Message #10 received at 20490-done <at> debbugs.gnu.org (full text, mbox):

From: Jim Meyering <jim <at> meyering.net>
To: Norihiro Tanaka <noritnk <at> kcn.ne.jp>
Cc: 20490-done <at> debbugs.gnu.org
Subject: Re: [PATCH] fixup: reference to uninitialized variable with invalid
 sequence
Date: Sun, 3 May 2015 10:06:00 -0700

On Sat, May 2, 2015 at 7:09 PM, Jim Meyering <jim <at> meyering.net> wrote:
> On Wed, Nov 5, 2014 at 7:36 AM, Norihiro Tanaka <noritnk <at> kcn.ne.jp> wrote:
>> Uninitialized variable are referred with invalid sequence in
>> str_append_modified().
>>
>> When mbrtowc() returns (size_t) -1, wc is not changed, even if wc is
>> uninitialized.  below may return unexpected result in order that the
>> value is referred at a following position in source code.
>>
>>   $ echo a | LC_ALL=ja_JP.eucJP ./sed/sed -e 's/a/b\U\xb2c/'
>
> Thank you for the patch and reproducer.
> I've made some small improvements to the actual patch and
> wrote a valgrind-using test that I'm adding to the test suite.
> I've included your patch with an adjusted log, followed by
> the changes I made to it in a separate commit.
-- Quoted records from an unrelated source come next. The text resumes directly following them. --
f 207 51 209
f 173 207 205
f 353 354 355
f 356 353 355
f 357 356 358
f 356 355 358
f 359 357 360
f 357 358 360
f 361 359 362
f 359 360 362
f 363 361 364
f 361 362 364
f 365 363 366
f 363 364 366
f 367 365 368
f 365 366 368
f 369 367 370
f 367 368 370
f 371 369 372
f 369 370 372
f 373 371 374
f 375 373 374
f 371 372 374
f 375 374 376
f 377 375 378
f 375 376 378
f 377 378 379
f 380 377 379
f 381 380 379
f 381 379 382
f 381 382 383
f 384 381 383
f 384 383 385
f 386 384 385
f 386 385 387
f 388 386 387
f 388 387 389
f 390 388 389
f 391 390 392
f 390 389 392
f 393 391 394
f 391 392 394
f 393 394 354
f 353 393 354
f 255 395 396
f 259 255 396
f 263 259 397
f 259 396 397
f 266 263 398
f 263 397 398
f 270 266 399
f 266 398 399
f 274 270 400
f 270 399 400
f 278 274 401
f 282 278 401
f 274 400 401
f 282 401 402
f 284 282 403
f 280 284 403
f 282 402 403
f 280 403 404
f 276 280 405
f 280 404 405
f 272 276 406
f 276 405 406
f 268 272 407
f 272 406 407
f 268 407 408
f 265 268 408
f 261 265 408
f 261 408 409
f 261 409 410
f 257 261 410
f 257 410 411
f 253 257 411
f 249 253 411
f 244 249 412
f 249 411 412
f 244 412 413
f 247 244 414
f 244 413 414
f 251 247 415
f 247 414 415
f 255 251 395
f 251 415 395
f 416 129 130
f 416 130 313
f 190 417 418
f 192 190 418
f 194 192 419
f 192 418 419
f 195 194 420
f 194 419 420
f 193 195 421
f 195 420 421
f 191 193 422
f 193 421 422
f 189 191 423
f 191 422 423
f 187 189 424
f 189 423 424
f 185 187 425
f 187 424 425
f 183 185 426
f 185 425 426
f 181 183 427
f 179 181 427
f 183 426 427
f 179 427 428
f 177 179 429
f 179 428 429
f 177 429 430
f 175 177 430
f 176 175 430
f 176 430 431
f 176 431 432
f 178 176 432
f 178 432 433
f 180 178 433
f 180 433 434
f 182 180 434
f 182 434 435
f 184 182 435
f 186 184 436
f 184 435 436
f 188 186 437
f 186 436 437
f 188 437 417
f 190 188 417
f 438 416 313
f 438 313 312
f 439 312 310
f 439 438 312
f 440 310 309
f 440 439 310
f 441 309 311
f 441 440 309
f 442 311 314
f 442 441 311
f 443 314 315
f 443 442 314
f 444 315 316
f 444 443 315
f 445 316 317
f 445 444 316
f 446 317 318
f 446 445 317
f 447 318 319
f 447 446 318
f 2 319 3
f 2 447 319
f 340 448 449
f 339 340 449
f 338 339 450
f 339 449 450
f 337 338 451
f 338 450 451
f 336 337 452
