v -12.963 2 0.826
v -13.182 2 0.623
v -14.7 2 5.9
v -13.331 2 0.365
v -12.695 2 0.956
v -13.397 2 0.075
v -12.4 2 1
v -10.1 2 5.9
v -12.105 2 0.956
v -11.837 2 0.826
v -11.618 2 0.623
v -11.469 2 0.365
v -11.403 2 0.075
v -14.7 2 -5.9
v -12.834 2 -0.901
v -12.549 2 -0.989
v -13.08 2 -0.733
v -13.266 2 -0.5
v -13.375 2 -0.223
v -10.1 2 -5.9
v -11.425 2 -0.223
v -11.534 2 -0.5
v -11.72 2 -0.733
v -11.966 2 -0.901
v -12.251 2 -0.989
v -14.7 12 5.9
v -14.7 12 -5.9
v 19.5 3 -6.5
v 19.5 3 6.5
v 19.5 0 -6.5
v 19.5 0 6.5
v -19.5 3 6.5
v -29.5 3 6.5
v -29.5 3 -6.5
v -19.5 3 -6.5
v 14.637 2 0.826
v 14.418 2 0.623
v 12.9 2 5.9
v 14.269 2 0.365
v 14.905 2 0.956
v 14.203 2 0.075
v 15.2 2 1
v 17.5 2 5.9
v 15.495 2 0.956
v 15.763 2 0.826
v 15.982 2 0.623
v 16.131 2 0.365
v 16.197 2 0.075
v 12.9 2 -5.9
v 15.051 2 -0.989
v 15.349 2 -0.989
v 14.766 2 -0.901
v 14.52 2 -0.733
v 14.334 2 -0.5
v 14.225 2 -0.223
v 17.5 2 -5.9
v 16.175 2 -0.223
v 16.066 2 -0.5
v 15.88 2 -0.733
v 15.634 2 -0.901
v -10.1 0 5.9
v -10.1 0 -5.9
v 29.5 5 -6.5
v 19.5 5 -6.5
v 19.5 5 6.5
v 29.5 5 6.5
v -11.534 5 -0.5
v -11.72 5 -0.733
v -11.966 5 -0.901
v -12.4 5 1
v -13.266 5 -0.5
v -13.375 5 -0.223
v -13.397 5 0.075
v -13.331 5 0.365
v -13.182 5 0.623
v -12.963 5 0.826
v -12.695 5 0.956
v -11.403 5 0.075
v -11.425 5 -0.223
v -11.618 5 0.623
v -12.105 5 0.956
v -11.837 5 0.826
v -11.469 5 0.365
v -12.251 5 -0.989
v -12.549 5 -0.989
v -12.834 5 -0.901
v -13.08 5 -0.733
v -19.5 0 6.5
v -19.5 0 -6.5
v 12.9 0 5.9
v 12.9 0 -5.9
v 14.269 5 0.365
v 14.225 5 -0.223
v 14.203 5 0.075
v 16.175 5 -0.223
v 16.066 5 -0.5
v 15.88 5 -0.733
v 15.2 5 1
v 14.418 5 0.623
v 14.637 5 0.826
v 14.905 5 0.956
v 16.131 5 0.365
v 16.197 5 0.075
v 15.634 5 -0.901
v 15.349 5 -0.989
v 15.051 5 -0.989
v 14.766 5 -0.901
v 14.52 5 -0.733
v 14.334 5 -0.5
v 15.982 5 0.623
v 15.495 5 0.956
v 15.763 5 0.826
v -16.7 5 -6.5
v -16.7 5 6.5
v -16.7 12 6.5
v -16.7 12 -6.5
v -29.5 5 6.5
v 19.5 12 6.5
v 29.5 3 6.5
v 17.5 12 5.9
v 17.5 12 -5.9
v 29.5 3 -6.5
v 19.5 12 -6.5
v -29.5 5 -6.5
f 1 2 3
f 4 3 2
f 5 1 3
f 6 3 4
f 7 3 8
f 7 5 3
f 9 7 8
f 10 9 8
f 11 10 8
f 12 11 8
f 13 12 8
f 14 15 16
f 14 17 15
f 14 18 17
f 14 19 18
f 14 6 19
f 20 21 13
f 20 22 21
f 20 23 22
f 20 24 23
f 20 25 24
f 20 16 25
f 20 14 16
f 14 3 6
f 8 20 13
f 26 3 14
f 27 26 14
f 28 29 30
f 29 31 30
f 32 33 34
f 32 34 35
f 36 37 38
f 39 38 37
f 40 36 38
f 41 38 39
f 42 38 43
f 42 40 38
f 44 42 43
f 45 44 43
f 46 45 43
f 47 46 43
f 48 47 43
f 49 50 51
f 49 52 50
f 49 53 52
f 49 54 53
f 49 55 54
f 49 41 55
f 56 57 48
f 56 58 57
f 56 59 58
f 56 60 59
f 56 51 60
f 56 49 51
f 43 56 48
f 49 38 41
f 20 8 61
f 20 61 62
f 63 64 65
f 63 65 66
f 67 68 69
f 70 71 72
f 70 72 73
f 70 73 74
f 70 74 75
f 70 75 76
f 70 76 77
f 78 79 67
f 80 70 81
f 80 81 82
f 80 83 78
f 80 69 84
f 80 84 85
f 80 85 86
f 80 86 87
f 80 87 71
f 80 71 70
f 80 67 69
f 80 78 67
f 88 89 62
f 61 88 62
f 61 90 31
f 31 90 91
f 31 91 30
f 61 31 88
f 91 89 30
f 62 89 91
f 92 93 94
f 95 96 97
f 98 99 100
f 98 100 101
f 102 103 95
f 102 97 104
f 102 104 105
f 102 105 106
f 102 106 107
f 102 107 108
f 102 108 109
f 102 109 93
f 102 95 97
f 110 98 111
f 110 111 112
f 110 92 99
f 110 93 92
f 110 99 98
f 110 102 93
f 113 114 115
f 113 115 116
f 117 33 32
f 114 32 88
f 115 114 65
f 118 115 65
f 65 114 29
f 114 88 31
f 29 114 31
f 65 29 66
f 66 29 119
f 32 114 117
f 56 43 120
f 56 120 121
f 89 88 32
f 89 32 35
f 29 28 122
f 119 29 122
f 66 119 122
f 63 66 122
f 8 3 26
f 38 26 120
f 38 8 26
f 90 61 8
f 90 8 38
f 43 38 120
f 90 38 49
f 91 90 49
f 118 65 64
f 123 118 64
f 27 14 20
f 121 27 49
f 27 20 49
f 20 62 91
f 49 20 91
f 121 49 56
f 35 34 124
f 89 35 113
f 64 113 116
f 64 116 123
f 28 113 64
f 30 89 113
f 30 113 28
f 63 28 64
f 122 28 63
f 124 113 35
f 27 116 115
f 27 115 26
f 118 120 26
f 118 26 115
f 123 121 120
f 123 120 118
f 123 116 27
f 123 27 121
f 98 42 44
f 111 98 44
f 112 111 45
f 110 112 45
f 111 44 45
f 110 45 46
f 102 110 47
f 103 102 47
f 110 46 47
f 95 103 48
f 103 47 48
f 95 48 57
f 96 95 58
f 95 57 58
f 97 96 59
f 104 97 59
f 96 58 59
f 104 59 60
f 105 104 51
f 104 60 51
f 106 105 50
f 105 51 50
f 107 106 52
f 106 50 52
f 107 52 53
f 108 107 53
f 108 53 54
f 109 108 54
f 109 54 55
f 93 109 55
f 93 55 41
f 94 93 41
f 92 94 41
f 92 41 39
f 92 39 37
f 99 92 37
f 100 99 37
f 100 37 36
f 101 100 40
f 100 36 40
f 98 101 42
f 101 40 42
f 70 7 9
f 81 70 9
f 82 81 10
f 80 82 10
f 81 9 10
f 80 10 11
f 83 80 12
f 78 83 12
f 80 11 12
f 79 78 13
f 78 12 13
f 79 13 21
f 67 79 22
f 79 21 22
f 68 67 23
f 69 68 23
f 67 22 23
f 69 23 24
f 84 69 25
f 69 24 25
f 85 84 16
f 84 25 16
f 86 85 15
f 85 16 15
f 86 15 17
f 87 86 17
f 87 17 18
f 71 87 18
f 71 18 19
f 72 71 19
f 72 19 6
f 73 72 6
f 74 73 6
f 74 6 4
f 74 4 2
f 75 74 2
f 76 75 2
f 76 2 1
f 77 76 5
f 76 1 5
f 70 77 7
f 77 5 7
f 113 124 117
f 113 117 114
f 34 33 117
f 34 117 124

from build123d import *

# Parameters (mm, degrees)
SKETCH1_W           = 39
SKETCH1_H           = 13
BOSS_EXTRUDE1_DEPTH = 2
SKETCH3_W           = 2
SKETCH3_H           = 13
SKETCH3_W_2         = 4.8
BOSS_EXTRUDE2_DEPTH = 1
SKETCH4_W           = 14.8
SKETCH4_H           = 13
SKETCH4_W_2         = 12
BOSS_EXTRUDE3_DEPTH = 2
SKETCH5_W           = 23
SKETCH5_H           = 11.8
CUT_EXTRUDE1_DEPTH  = 31.356218473
SKETCH6_R           = 1
BOSS_EXTRUDE4_DEPTH = 3
SKETCH7_W           = 32.2
SKETCH7_H           = 0.6
BOSS_EXTRUDE5_DEPTH = 10
SKETCH8_W           = 2
SKETCH8_H           = 13
BOSS_EXTRUDE6_DEPTH = 7


with BuildPart() as part:
    # Sketch1 → Boss-Extrude1 (new body)
    with BuildSketch(Plane(origin=(0, 0, 0), x_dir=(1, 0, 0), z_dir=(0, 1, 0))):
        Rectangle(SKETCH1_W, SKETCH1_H)
    extrude(amount=BOSS_EXTRUDE1_DEPTH)

    # Sketch3 → Boss-Extrude2 (add)
    with BuildSketch(Plane(origin=(0, 2, 0), x_dir=(1, 0, 0), z_dir=(0, 1, 0))):
        with Locations((18.5, 0)):
            Rectangle(SKETCH3_W, SKETCH3_H)
        with Locations((-17.1, 0)):
            Rectangle(SKETCH3_W_2, SKETCH3_H)
    extrude(amount=BOSS_EXTRUDE2_DEPTH)

    # Sketch4 → Boss-Extrude3 (add)
    with BuildSketch(Plane(origin=(0, 3, 0), x_dir=(1, 0, 0), z_dir=(0, 1, 0))):
        with Locations((-22.1, 0)):
            Rectangle(SKETCH4_W, SKETCH4_H)
        with Locations((23.5, 0)):
            Rectangle(SKETCH4_W_2, SKETCH4_H)
    extrude(amount=BOSS_EXTRUDE3_DEPTH)

    # Sketch5 → Cut-Extrude1 (cut, through all)
    with BuildSketch(Plane(origin=(0, 2, 0), x_dir=(1, 0, 0), z_dir=(0, 1, 0))):
        with Locations((1.4, 0)):
            Rectangle(SKETCH5_W, SKETCH5_H)
    extrude(amount=-CUT_EXTRUDE1_DEPTH, mode=Mode.SUBTRACT)

    # Sketch6 → Boss-Extrude4 (add)
    with BuildSketch(Plane(origin=(0, 2, 0), x_dir=(1, 0, 0), z_dir=(0, 1, 0))):
        with Locations(Location((-12.4, 0, 0), (0, 0, 270))):
            Circle(SKETCH6_R)
        with Locations(Location((15.2, 0, 0), (0, 0, 270))):
            Circle(SKETCH6_R)
    extrude(amount=BOSS_EXTRUDE4_DEPTH)

    # Sketch7 → Boss-Extrude5 (add)
    with BuildSketch(Plane(origin=(0, 2, 0), x_dir=(1, 0, 0), z_dir=(0, 1, 0))):
        with Locations((1.4, -6.2)):
            Rectangle(SKETCH7_W, SKETCH7_H)
        with Locations((1.4, 6.2)):
            Rectangle(SKETCH7_W, SKETCH7_H)
    extrude(amount=BOSS_EXTRUDE5_DEPTH)

    # Sketch8 → Boss-Extrude6 (add)
    with BuildSketch(Plane(origin=(0, 5, 0), x_dir=(1, 0, 0), z_dir=(0, 1, 0))):
        with Locations((-15.7, 0)):
            Rectangle(SKETCH8_W, SKETCH8_H)
        with Locations((18.5, 0)):
            Rectangle(SKETCH8_W, SKETCH8_H)
    extrude(amount=BOSS_EXTRUDE6_DEPTH)


solid = part.part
That commit
> is separate solely to show what I've done; I will squash into your
> commit before I push, followed by the test-adding commit.

I've updated the commit log to reference this just-closed issue,
with this line:

  This addresses http://debbugs.gnu.org/20490

Then pushed.

Message #13 received at 20490 <at> debbugs.gnu.org (full text, mbox):

From: Norihiro Tanaka <noritnk <at> kcn.ne.jp>
To: 20490 <at> debbugs.gnu.org,
 jim <at> meyering.net,
 jim <at> meyering.net
Subject: Re: bug#20490: [PATCH] fixup: reference to uninitialized variable
 with invalid sequence
Date: Tue, 05 May 2015 18:41:52 +0900

On Sun, 3 May 2015 10:06:00 -0700
Jim Meyering <jim <at> meyering.net> wrote:

> > Thank you for the patch and reproducer.
> > I've made some small improvements to the actual patch and
> > wrote a valgrind-using test that I'm adding to the test suite.
> > I've included your patch with an adjusted log, followed by
> > the changes I made to it in a separate commit. That commit
> > is separate solely to show what I've done; I will squash into your
> > commit before I push, followed by the test-adding commit.
> 
> I've updated the commit log to reference this just-closed issue,
> with this line:
> 
>   This addresses http://debbugs.gnu.org/20490
> 
> Then pushed.

Thanks for review and ajustment.  I confirmed them.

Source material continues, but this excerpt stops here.